** DATA EXCERPTS **
- - -
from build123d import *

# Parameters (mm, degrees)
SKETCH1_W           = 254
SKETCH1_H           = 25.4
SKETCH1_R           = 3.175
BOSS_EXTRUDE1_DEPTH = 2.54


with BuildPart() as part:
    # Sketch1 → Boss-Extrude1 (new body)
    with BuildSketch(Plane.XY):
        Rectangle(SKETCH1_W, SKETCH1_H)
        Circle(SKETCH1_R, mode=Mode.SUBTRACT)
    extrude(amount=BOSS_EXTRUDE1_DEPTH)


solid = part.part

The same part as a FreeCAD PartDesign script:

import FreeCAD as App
import Part
import Sketcher
Q = App.Units.Quantity


def add_polygon(sketch, points):
    """Adds a closed chain of lines whose ends are joined by coincident constraints."""
    first, n = sketch.GeometryCount, len(points)
    for a, b in zip(points, points[1:] + points[:1]):
        sketch.addGeometry(Part.LineSegment(App.Vector(*a, 0), App.Vector(*b, 0)), False)
    for i in range(n):
        sketch.addConstraint(Sketcher.Constraint("Coincident", first + i, 2, first + (i + 1) % n, 1))

doc = App.newDocument("Part")
body = doc.addObject("PartDesign::Body", "Body")

sketch1 = body.newObject("Sketcher::SketchObject", "Sketch")
sketch1.AttachmentSupport = (doc.getObject("XY_Plane"), [""])
sketch1.MapMode = "FlatFace"
add_polygon(sketch1, [(-127, 12.7), (-127, -12.7), (127, -12.7), (127, 12.7)])
sketch1.addGeometry(Part.Circle(App.Vector(0, 0, 0), App.Vector(0, 0, 1), 3.175), False)
sketch1.addConstraint([
    Sketcher.Constraint("Vertical", 0),
    Sketcher.Constraint("Horizontal", 1),
    Sketcher.Constraint("Vertical", 2),
    Sketcher.Constraint("Horizontal", 3),
    Sketcher.Constraint("Coincident", 4, 3, -1, 1),
    Sketcher.Constraint("Symmetric", 0, 2, 2, 2, -1, 1),
    Sketcher.Constraint("Diameter", 4, Q("0.25 in")),
    Sketcher.Constraint("DistanceX", 1, 1, 1, 2, Q("10 in")),
    Sketcher.Constraint("DistanceY", 0, 2, 0, 1, Q("1 in")),
])
pad1 = body.newObject("PartDesign::Pad", "Pad")
pad1.Profile = sketch1
pad1.Length = Q("0.1 in")

doc.recompute()
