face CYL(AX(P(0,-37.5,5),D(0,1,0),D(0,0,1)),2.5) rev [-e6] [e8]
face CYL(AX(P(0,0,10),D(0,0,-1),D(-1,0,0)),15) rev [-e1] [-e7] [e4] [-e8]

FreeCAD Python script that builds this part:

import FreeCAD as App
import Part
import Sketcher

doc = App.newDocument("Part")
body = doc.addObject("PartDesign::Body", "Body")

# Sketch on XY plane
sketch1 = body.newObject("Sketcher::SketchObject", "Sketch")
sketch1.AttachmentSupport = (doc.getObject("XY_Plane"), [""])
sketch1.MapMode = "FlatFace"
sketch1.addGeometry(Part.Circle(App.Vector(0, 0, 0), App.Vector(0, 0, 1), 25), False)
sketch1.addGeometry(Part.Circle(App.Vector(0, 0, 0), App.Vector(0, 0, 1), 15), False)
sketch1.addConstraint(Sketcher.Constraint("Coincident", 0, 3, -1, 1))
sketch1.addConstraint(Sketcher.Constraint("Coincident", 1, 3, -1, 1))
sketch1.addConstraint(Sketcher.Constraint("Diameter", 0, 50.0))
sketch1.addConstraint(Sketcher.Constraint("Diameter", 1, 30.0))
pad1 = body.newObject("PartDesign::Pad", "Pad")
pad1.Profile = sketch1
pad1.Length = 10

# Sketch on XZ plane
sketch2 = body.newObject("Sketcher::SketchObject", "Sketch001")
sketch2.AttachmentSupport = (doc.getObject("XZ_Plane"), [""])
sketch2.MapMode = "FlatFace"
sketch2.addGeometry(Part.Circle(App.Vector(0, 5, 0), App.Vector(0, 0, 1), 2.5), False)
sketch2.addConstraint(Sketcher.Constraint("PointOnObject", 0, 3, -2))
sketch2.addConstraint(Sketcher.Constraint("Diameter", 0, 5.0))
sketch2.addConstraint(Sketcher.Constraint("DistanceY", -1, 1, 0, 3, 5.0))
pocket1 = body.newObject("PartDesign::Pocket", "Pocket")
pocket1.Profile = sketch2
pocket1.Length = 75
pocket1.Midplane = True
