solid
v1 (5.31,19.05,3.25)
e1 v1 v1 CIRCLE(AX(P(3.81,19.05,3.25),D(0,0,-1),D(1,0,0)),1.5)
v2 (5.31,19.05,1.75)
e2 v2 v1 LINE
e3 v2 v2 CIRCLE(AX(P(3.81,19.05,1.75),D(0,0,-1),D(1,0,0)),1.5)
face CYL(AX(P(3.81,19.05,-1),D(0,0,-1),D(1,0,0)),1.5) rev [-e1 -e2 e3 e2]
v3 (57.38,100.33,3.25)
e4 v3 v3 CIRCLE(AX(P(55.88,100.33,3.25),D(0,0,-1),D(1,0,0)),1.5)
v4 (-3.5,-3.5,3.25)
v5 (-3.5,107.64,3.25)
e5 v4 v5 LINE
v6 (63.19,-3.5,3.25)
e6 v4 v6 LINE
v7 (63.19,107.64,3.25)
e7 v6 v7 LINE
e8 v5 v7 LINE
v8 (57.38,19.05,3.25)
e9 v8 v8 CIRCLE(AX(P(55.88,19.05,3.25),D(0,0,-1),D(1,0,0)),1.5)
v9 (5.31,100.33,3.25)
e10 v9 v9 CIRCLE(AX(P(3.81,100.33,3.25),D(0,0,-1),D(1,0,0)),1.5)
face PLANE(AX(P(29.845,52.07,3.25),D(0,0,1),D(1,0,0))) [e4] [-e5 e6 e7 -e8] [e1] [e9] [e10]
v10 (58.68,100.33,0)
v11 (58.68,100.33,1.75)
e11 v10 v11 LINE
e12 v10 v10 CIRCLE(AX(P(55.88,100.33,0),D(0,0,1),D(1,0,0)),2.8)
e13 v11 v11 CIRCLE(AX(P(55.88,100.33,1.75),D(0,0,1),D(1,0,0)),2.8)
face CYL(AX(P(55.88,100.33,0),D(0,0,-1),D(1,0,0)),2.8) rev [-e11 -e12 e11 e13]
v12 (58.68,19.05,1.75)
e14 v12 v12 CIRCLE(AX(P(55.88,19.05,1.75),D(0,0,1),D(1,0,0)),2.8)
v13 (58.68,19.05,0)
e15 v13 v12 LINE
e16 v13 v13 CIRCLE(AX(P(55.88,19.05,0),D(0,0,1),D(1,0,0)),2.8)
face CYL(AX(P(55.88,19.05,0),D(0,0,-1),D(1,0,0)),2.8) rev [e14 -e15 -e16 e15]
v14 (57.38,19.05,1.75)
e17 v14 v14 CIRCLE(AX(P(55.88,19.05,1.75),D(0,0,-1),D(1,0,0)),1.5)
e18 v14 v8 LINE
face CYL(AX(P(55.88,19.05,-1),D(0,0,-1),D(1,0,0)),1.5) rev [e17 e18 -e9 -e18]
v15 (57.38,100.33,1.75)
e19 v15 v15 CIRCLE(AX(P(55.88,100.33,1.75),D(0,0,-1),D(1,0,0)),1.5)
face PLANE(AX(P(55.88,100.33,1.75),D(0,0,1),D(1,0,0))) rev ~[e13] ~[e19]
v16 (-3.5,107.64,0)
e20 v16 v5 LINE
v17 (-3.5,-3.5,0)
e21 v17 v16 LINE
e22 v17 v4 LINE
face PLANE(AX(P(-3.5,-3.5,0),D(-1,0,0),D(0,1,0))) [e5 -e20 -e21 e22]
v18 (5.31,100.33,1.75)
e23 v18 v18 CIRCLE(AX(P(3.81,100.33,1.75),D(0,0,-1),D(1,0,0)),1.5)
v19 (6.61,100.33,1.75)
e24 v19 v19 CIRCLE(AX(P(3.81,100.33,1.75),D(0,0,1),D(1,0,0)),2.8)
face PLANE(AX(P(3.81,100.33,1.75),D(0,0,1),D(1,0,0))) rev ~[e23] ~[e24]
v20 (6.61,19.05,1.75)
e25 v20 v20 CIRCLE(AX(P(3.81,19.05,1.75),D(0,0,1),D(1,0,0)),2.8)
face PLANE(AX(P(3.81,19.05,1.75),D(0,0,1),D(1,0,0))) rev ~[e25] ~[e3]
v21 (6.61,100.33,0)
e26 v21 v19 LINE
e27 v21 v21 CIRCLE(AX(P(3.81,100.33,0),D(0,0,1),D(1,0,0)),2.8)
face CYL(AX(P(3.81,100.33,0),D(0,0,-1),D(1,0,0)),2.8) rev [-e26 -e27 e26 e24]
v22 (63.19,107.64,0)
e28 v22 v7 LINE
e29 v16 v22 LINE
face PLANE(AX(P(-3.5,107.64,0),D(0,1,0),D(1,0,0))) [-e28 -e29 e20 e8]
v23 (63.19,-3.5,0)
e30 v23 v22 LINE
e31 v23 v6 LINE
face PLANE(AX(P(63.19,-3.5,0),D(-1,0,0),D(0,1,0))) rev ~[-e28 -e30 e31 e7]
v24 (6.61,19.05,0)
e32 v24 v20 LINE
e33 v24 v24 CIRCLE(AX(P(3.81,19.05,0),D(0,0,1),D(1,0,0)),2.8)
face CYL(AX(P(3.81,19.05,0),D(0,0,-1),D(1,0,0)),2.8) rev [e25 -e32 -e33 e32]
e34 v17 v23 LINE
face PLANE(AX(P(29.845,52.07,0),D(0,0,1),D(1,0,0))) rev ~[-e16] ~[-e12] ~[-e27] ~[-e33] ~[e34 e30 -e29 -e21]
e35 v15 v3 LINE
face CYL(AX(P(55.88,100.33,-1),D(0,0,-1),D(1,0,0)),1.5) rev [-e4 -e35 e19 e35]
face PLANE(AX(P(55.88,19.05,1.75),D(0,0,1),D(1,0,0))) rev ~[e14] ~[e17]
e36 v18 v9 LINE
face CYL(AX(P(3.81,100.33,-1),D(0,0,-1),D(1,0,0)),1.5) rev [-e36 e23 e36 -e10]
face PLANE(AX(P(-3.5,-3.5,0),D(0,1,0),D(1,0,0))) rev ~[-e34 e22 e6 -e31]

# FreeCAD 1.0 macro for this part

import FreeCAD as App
import Part
import Sketcher
Q = App.Units.Quantity


def add_polygon(sketch, points):
    """Adds a closed chain of lines whose ends are joined by coincident constraints."""
    first, n = sketch.GeometryCount, len(points)
    for a, b in zip(points, points[1:] + points[:1]):
        sketch.addGeometry(Part.LineSegment(App.Vector(*a, 0), App.Vector(*b, 0)), False)
    for i in range(n):
        sketch.addConstraint(Sketcher.Constraint("Coincident", first + i, 2, first + (i + 1) % n, 1))

doc = App.newDocument("Part")
params = doc.addObject("Spreadsheet::Sheet", "Params")
for row, (alias, value) in enumerate([
    ("sketch1_diameter", "5.6 mm"),
    ("pad1_length", "1.75 mm"),
    ("sketch2_diameter", "5.6 mm"),
    ("pad2_length", "1.75 mm"),
    ("sketch3_diameter", "5.6 mm"),
    ("pad3_length", "1.75 mm"),
    ("sketch4_diameter", "5.6 mm"),
    ("pad4_length", "1.75 mm"),
    ("sketch5_diameter", "3 mm"),
    ("pad5_length", "10 mm"),
    ("sketch6_diameter", "3 mm"),
    ("pad6_length", "10 mm"),
    ("sketch7_diameter", "3 mm"),
    ("pad7_length", "10 mm"),
    ("sketch8_diameter", "3 mm"),
    ("pad8_length", "10 mm"),
    ("sketch9_width", "66.69 mm"),
    ("sketch9_height", "111.14 mm"),
    ("pad9_length", "3.25 mm"),
], start=1):
    params.set(f"A{row}", alias)
    params.set(f"B{row}", "=" + value)
    params.setAlias(f"B{row}", alias)

body = doc.addObject("PartDesign::Body", "Body")

sketch1 = doc.addObject("Sketcher::SketchObject", "Sketch")
body.addObject(sketch1)
sketch1.AttachmentSupport = (doc.XY_Plane, [""])
sketch1.MapMode = "FlatFace"
sketch1.addGeometry(Part.Circle(App.Vector(55.9, 100.3, 0), App.Vector(0, 0, 1), 2.8), False)
sketch1.addConstraint([
    Sketcher.Constraint("Diameter", 0, Q("5.6 mm")),
    Sketcher.Constraint("DistanceX", -1, 1, 0, 3, Q("55.88 mm")),
    Sketcher.Constraint("DistanceY", -1, 1, 0, 3, Q("100.33 mm")),
])
sketch1.setExpression("Constraints[0]", "Params.sketch1_diameter")
pad1 = doc.addObject("PartDesign::Pad", "Pad")
body.addObject(pad1)
pad1.Profile = sketch1
pad1.setExpression("Length", "Params.pad1_length")
body2 = doc.addObject("PartDesign::Body", "Body001")

sketch2 = doc.addObject("Sketcher::SketchObject", "Sketch001")
body2.addObject(sketch2)
sketch2.AttachmentSupport = (doc.getObject("XY_Plane001"), [""])
sketch2.MapMode = "FlatFace"
sketch2.addGeometry(Part.Circle(App.Vector(3.8, 100.3, 0), App.Vector(0, 0, 1), 2.8), False)
sketch2.addConstraint([
    Sketcher.Constraint("Diameter", 0, Q("5.6 mm")),
    Sketcher.Constraint("DistanceX", -1, 1, 0, 3, Q("3.81 mm")),
    Sketcher.Constraint("DistanceY", -1, 1, 0, 3, Q("100.33 mm")),
])
sketch2.setExpression("Constraints[0]", "Params.sketch2_diameter")
pad2 = doc.addObject("PartDesign::Pad", "Pad001")
body2.addObject(pad2)
pad2.Profile = sketch2
pad2.setExpression("Length", "Params.pad2_length")
body3 = doc.addObject("PartDesign::Body", "Body002")

sketch3 = doc.addObject("Sketcher::SketchObject", "Sketch002")
body3.addObject(sketch3)
sketch3.AttachmentSupport = (doc.getObject("XY_Plane002"), [""])
sketch3.MapMode = "FlatFace"
sketch3.addGeometry(Part.Circle(App.Vector(55.9, 19.1, 0), App.Vector(0, 0, 1), 2.8), False)
sketch3.addConstraint([
    Sketcher.Constraint("Diameter", 0, Q("5.6 mm")),
    Sketcher.Constraint("DistanceX", -1, 1, 0, 3, Q("55.88 mm")),
    Sketcher.Constraint("DistanceY", -1, 1, 0, 3, Q("19.05 mm")),
])
sketch3.setExpression("Constraints[0]", "Params.sketch3_diameter")
pad3 = doc.addObject("PartDesign::Pad", "Pad002")
body3.addObject(pad3)
pad3.Profile = sketch3
pad3.setExpression("Length", "Params.pad3_length")
body4 = doc.addObject("PartDesign::Body", "Body003")

sketch4 = doc.addObject("Sketcher::SketchObject", "Sketch003")
body4.addObject(sketch4)
sketch4.AttachmentSupport = (doc.getObject("XY_Plane003"), [""])
sketch4.MapMode = "FlatFace"
sketch4.addGeometry(Part.Circle(App.Vector(3.8, 19.1, 0), App.Vector(0, 0, 1), 2.8), False)
sketch4.addConstraint([
    Sketcher.Constraint("Diameter", 0, Q("5.6 mm")),
    Sketcher.Constraint("DistanceX", -1, 1, 0, 3, Q("3.81 mm")),
    Sketcher.Constraint("DistanceY", -1, 1, 0, 3, Q("19.05 mm")),
])
sketch4.setExpression("Constraints[0]", "Params.sketch4_diameter")
pad4 = doc.addObject("PartDesign::Pad", "Pad003")
body4.addObject(pad4)
pad4.Profile = sketch4
pad4.setExpression("Length", "Params.pad4_length")
body5 = doc.addObject("PartDesign::Body", "Body004")

sketch5 = doc.addObject("Sketcher::SketchObject", "Sketch004")
body5.addObject(sketch5)
sketch5.AttachmentSupport = (doc.getObject("XY_Plane004"), [""])
sketch5.MapMode = "FlatFace"
sketch5.AttachmentOffset = App.Placement(App.Vector(0, 0, -1), App.Rotation())
sketch5.addGeometry(Part.Circle(App.Vector(55.9, 100.3, 0), App.Vector(0, 0, 1), 1.5), False)
sketch5.addConstraint([
    Sketcher.Constraint("Diameter", 0, Q("3 mm")),
    Sketcher.Constraint("DistanceX", -1, 1, 0, 3, Q("55.88 mm")),
    Sketcher.Constraint("DistanceY", -1, 1, 0, 3, Q("100.33 mm")),
])
sketch5.setExpression("Constraints[0]", "Params.sketch5_diameter")
pad5 = doc.addObject("PartDesign::Pad", "Pad004")
body5.addObject(pad5)
pad5.Profile = sketch5
pad5.setExpression("Length", "Params.pad5_length")
body6 = doc.addObject("PartDesign::Body", "Body005")

sketch6 = doc.addObject("Sketcher::SketchObject", "Sketch005")
body6.addObject(sketch6)
sketch6.AttachmentSupport = (doc.getObject("XY_Plane005"), [""])
sketch6.MapMode = "FlatFace"
sketch6.AttachmentOffset = App.Placement(App.Vector(0, 0, -1), App.Rotation())
sketch6.addGeometry(Part.Circle(App.Vector(3.8, 100.3, 0), App.Vector(0, 0, 1), 1.5), False)
sketch6.addConstraint([
    Sketcher.Constraint("Diameter", 0, Q("3 mm")),
    Sketcher.Constraint("DistanceX", -1, 1, 0, 3, Q("3.81 mm")),
    Sketcher.Constraint("DistanceY", -1, 1, 0, 3, Q("100.33 mm")),
])
sketch6.setExpression("Constraints[0]", "Params.sketch6_diameter")
pad6 = doc.addObject("PartDesign::Pad", "Pad005")
body6.addObject(pad6)
pad6.Profile = sketch6
pad6.setExpression("Length", "Params.pad6_length")
body7 = doc.addObject("PartDesign::Body", "Body006")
- - -
** YOUR OBJECTIVE **
Take from the listing above each line in which the string "with" is found.

** ANSWER TO THIS EXERCISE **
with BuildPart() as part:
    with BuildSketch(Plane.XY):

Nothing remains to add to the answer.